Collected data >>
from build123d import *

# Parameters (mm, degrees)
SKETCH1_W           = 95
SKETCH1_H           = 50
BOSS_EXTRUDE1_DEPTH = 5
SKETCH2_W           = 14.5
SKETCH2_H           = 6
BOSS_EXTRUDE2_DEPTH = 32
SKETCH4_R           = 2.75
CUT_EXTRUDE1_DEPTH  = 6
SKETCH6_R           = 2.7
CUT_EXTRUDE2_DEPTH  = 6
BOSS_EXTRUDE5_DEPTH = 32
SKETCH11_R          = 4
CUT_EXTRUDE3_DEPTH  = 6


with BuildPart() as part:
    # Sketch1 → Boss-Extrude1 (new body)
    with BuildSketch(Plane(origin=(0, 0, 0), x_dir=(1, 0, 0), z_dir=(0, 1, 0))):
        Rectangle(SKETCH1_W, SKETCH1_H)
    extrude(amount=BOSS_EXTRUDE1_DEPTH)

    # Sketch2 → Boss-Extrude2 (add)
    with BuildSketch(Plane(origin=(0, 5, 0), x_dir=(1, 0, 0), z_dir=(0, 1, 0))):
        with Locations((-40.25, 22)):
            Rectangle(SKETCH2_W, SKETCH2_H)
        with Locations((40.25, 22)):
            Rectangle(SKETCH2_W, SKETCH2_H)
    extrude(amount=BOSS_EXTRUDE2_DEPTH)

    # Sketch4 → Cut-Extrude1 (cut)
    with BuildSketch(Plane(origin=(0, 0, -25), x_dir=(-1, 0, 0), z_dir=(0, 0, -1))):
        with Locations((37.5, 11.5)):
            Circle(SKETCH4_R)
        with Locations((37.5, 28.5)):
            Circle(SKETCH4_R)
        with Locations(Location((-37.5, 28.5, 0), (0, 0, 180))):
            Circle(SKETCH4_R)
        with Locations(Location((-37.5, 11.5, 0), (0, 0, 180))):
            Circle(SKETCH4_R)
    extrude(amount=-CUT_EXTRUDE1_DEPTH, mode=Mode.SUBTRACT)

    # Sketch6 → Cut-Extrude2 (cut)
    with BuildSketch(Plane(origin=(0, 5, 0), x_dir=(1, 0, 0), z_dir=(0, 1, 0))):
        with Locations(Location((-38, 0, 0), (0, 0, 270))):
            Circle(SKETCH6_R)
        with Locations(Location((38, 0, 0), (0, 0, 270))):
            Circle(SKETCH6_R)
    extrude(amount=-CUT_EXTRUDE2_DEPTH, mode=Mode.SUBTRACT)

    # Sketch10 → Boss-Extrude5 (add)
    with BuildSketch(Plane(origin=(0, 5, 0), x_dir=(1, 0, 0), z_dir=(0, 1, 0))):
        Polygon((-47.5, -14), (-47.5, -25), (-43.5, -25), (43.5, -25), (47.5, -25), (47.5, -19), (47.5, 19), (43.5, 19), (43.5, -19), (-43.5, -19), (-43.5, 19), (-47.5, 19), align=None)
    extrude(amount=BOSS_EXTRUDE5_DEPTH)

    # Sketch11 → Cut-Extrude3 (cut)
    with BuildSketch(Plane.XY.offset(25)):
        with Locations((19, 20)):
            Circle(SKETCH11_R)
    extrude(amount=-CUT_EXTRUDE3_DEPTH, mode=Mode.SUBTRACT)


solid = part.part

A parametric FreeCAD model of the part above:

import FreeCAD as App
import Part
import Sketcher

V = App.Vector
Q = App.Units.Quantity


def add_polygon(sketch, points):
    """Adds a closed chain of lines whose ends are joined by coincident constraints."""
    first, n = sketch.GeometryCount, len(points)
    for a, b in zip(points, points[1:] + points[:1]):
        sketch.addGeometry(Part.LineSegment(App.Vector(*a, 0), App.Vector(*b, 0)), False)
    for i in range(n):
        sketch.addConstraint(Sketcher.Constraint("Coincident", first + i, 2, first + (i + 1) % n, 1))

doc = App.newDocument("Part")
params = doc.addObject("Spreadsheet::Sheet", "Params")
for row, (alias, value) in enumerate([
    ("sketch1_width", "95 mm"),
    ("sketch1_height", "50 mm"),
    ("pad1_length", "5 mm"),
    ("sketch2_height", "6 mm"),
    ("sketch2_width", "14.5 mm"),
    ("pad2_length", "32 mm"),
    ("sketch3_diameter", "5.5 mm"),
    ("pocket1_length", "6 mm"),
    ("sketch4_diameter", "5.4 mm"),
    ("pocket2_length", "6 mm"),
    ("sketch5_width", "95 mm"),
    ("sketch5_width2", "4 mm"),
    ("sketch5_height", "44 mm"),
    ("sketch5_height2", "38 mm"),
    ("pad3_length", "32 mm"),
    ("sketch6_diameter", "8 mm"),
    ("pocket3_length", "6 mm"),
], start=1):
    params.set(f"A{row}", alias)
    params.set(f"B{row}", "=" + value)
    params.setAlias(f"B{row}", alias)

body = doc.addObject("PartDesign::Body", "Body")

# Sketch on XZ plane
sketch1 = doc.addObject("Sketcher::SketchObject", "Sketch")
body.addObject(sketch1)
sketch1.AttachmentSupport = (doc.XZ_Plane, [""])
sketch1.MapMode = "FlatFace"
add_polygon(sketch1, [(-48, -25), (-48, 25), (48, 25), (48, -25)])  # lines 0-3
sketch1.addConstraint([
    Sketcher.Constraint("Vertical", 0),
    Sketcher.Constraint("Horizontal", 1),
    Sketcher.Constraint("Vertical", 2),
    Sketcher.Constraint("Horizontal", 3),
    Sketcher.Constraint("Symmetric", 0, 2, 2, 2, -1, 1),
    Sketcher.Constraint("DistanceX", 1, 1, 1, 2, Q("95 mm")),
    Sketcher.Constraint("DistanceY", 0, 1, 0, 2, Q("50 mm")),
])
sketch1.setExpression("Constraints[9]", "Params.sketch1_width")
sketch1.setExpression("Constraints[10]", "Params.sketch1_height")
pad1 = doc.addObject("PartDesign::Pad", "Pad")
body.addObject(pad1)
pad1.Profile = sketch1
pad1.setExpression("Length", "Params.pad1_length")
pad1.Reversed = True

# Sketch on XZ plane
sketch2 = doc.addObject("Sketcher::SketchObject", "Sketch001")
body.addObject(sketch2)
sketch2.AttachmentSupport = (doc.XZ_Plane, [""])
sketch2.MapMode = "FlatFace"
sketch2.AttachmentOffset = App.Placement(V(0, 0, -5), App.Rotation())
add_polygon(sketch2, [(-48, -25), (-48, -19), (-33, -19), (-33, -25)])  # lines 0-3
add_polygon(sketch2, [(33, -25), (33, -19), (48, -19), (48, -25)])  # lines 4-7
sketch2.addConstraint([
    Sketcher.Constraint("Vertical", 0),
    Sketcher.Constraint("Horizontal", 1),
    Sketcher.Constraint("Vertical", 2),
    Sketcher.Constraint("Horizontal", 3),
    Sketcher.Constraint("Vertical", 4),
    Sketcher.Constraint("Horizontal", 5),
    Sketcher.Constraint("Vertical", 6),
    Sketcher.Constraint("Horizontal", 7),
    Sketcher.Constraint("Symmetric", 1, 2, 4, 2, -2),
    Sketcher.Constraint("Symmetric", 3, 2, 6, 2, -2),
    Sketcher.Constraint("DistanceY", 0, 1, 0, 2, Q("6 mm")),
    Sketcher.Constraint("DistanceX", 1, 1, 1, 2, Q("14.5 mm")),
    Sketcher.Constraint("DistanceY", 0, 2, -1, 1, Q("19 mm")),
    Sketcher.Constraint("DistanceX", 1, 2, -1, 1, Q("33 mm")),
])
sketch2.setExpression("Constraints[18]", "Params.sketch2_height")
sketch2.setExpression("Constraints[19]", "Params.sketch2_width")
pad2 = doc.addObject("PartDesign::Pad", "Pad001")
body.addObject(pad2)
pad2.Profile = sketch2
pad2.setExpression("Length", "Params.pad2_length")
pad2.Reversed = True

# Sketch on XY plane
sketch3 = doc.addObject("Sketcher::SketchObject", "Sketch002")
body.addObject(sketch3)
sketch3.AttachmentSupport = (doc.XY_Plane, [""])
sketch3.MapMode = "FlatFace"
sketch3.AttachmentOffset = App.Placement(V(0, 0, -25), App.Rotation())
sketch3.addGeometry([
    Part.Circle(V(-37.5, 11.5, 0), V(0, 0, 1), 2.8),
    Part.Circle(V(-37.5, 28.5, 0), V(0, 0, 1), 2.8),
    Part.Circle(V(37.5, 28.5, 0), V(0, 0, 1), 2.8),
    Part.Circle(V(37.5, 11.5, 0), V(0, 0, 1), 2.8),
], False)
sketch3.addConstraint([
    Sketcher.Constraint("Equal", 0, 1),
    Sketcher.Constraint("Equal", 1, 2),
    Sketcher.Constraint("Equal", 2, 3),
    Sketcher.Constraint("Symmetric", 1, 3, 2, 3, -2),
    Sketcher.Constraint("Symmetric", 0, 3, 3, 3, -2),
    Sketcher.Constraint("Vertical", 0, 3, 1, 3),
    Sketcher.Constraint("Diameter", 0, Q("5.5 mm")),
    Sketcher.Constraint("DistanceY", 0, 3, 1, 3, Q("17 mm")),
    Sketcher.Constraint("DistanceX", 1, 3, 2, 3, Q("75 mm")),
    Sketcher.Constraint("DistanceY", -1, 1, 0, 3, Q("11.5 mm")),
])
sketch3.setExpression("Constraints[6]", "Params.sketch3_diameter")
pocket1 = doc.addObject("PartDesign::Pocket", "Pocket")
body.addObject(pocket1)
pocket1.Profile = sketch3
pocket1.setExpression("Length", "Params.pocket1_length")
pocket1.Reversed = True

# Sketch on XZ plane
sketch4 = doc.addObject("Sketcher::SketchObject", "Sketch003")
body.addObject(sketch4)
sketch4.AttachmentSupport = (doc.XZ_Plane, [""])
sketch4.MapMode = "FlatFace"
sketch4.AttachmentOffset = App.Placement(V(0, 0, -5), App.Rotation())
sketch4.addGeometry([
    Part.Circle(V(-38, 0, 0), V(0, 0, 1), 2.7),
    Part.Circle(V(38, 0, 0), V(0, 0, 1), 2.7),
], False)
sketch4.addConstraint([
    Sketcher.Constraint("Equal", 0, 1),
    Sketcher.Constraint("Symmetric", 0, 3, 1, 3, -1, 1),
    Sketcher.Constraint("PointOnObject", 0, 3, -1),
    Sketcher.Constraint("Diameter", 0, Q("5.4 mm")),
    Sketcher.Constraint("DistanceX", 0, 3, -1, 1, Q("38 mm")),
])
sketch4.setExpression("Constraints[3]", "Params.sketch4_diameter")
pocket2 = doc.addObject("PartDesign::Pocket", "Pocket001")
body.addObject(pocket2)
pocket2.Profile = sketch4
pocket2.setExpression("Length", "Params.pocket2_length")
pocket2.Reversed = True

# Sketch on XZ plane
sketch5 = doc.addObject("Sketcher::SketchObject", "Sketch004")
body.addObject(sketch5)
sketch5.AttachmentSupport = (doc.XZ_Plane, [""])
sketch5.MapMode = "FlatFace"
sketch5.AttachmentOffset = App.Placement(V(0, 0, -5), App.Rotation())
add_polygon(sketch5, [(-47.5, 25), (47.5, 25), (47.5, -19), (43.5, -19), (43.5, 19), (-43.5, 19), (-43.5, -19), (-47.5, -19)])  # lines 0-7
sketch5.addConstraint([
    Sketcher.Constraint("Horizontal", 0),
    Sketcher.Constraint("Vertical", 1),
    Sketcher.Constraint("Horizontal", 2),
    Sketcher.Constraint("Vertical", 3),
    Sketcher.Constraint("Horizontal", 4),
    Sketcher.Constraint("Vertical", 5),
    Sketcher.Constraint("Horizontal", 6),
    Sketcher.Constraint("Vertical", 7),
    Sketcher.Constraint("Symmetric", 2, 2, 4, 2, -1, 1),
    Sketcher.Constraint("Symmetric", 1, 2, 6, 2, -2),
    Sketcher.Constraint("DistanceX", 0, 1, 0, 2, Q("95 mm")),
    Sketcher.Constraint("DistanceX", 2, 2, 2, 1, Q("4 mm")),
    Sketcher.Constraint("DistanceY", 1, 2, 1, 1, Q("44 mm")),
    Sketcher.Constraint("DistanceY", 3, 1, 3, 2, Q("38 mm")),
])
sketch5.setExpression("Constraints[18]", "Params.sketch5_width")
sketch5.setExpression("Constraints[19]", "Params.sketch5_width2")
sketch5.setExpression("Constraints[20]", "Params.sketch5_height")
sketch5.setExpression("Constraints[21]", "Params.sketch5_height2")
pad3 = doc.addObject("PartDesign::Pad", "Pad002")
body.addObject(pad3)
pad3.Profile = sketch5
pad3.setExpression("Length", "Params.pad3_length")
pad3.Reversed = True

# Sketch on XY plane
sketch6 = doc.addObject("Sketcher::SketchObject", "Sketch005")
body.addObject(sketch6)
sketch6.AttachmentSupport = (doc.XY_Plane, [""])
sketch6.MapMode = "FlatFace"
sketch6.AttachmentOffset = App.Placement(V(0, 0, 25), App.Rotation())
sketch6.addGeometry(Part.Circle(V(19, 20, 0), V(0, 0, 1), 4), False)
sketch6.addConstraint([
    Sketcher.Constraint("Diameter", 0, Q("8 mm")),
    Sketcher.Constraint("DistanceX", -1, 1, 0, 3, Q("19 mm")),
    Sketcher.Constraint("DistanceY", -1, 1, 0, 3, Q("20 mm")),
])
sketch6.setExpression("Constraints[0]", "Params.sketch6_diameter")
pocket3 = doc.addObject("PartDesign::Pocket", "Pocket002")
body.addObject(pocket3)
pocket3.Profile = sketch6
pocket3.setExpression("Length", "Params.pocket3_length")

doc.recompute()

TASK PROMPT >>
Which of the lines above contain "SUBTRACT"? Return them all.

WRITTEN ANSWER >>
    extrude(amount=-CUT_EXTRUDE1_DEPTH, mode=Mode.SUBTRACT)
    extrude(amount=-CUT_EXTRUDE2_DEPTH, mode=Mode.SUBTRACT)
    extrude(amount=-CUT_EXTRUDE3_DEPTH, mode=Mode.SUBTRACT)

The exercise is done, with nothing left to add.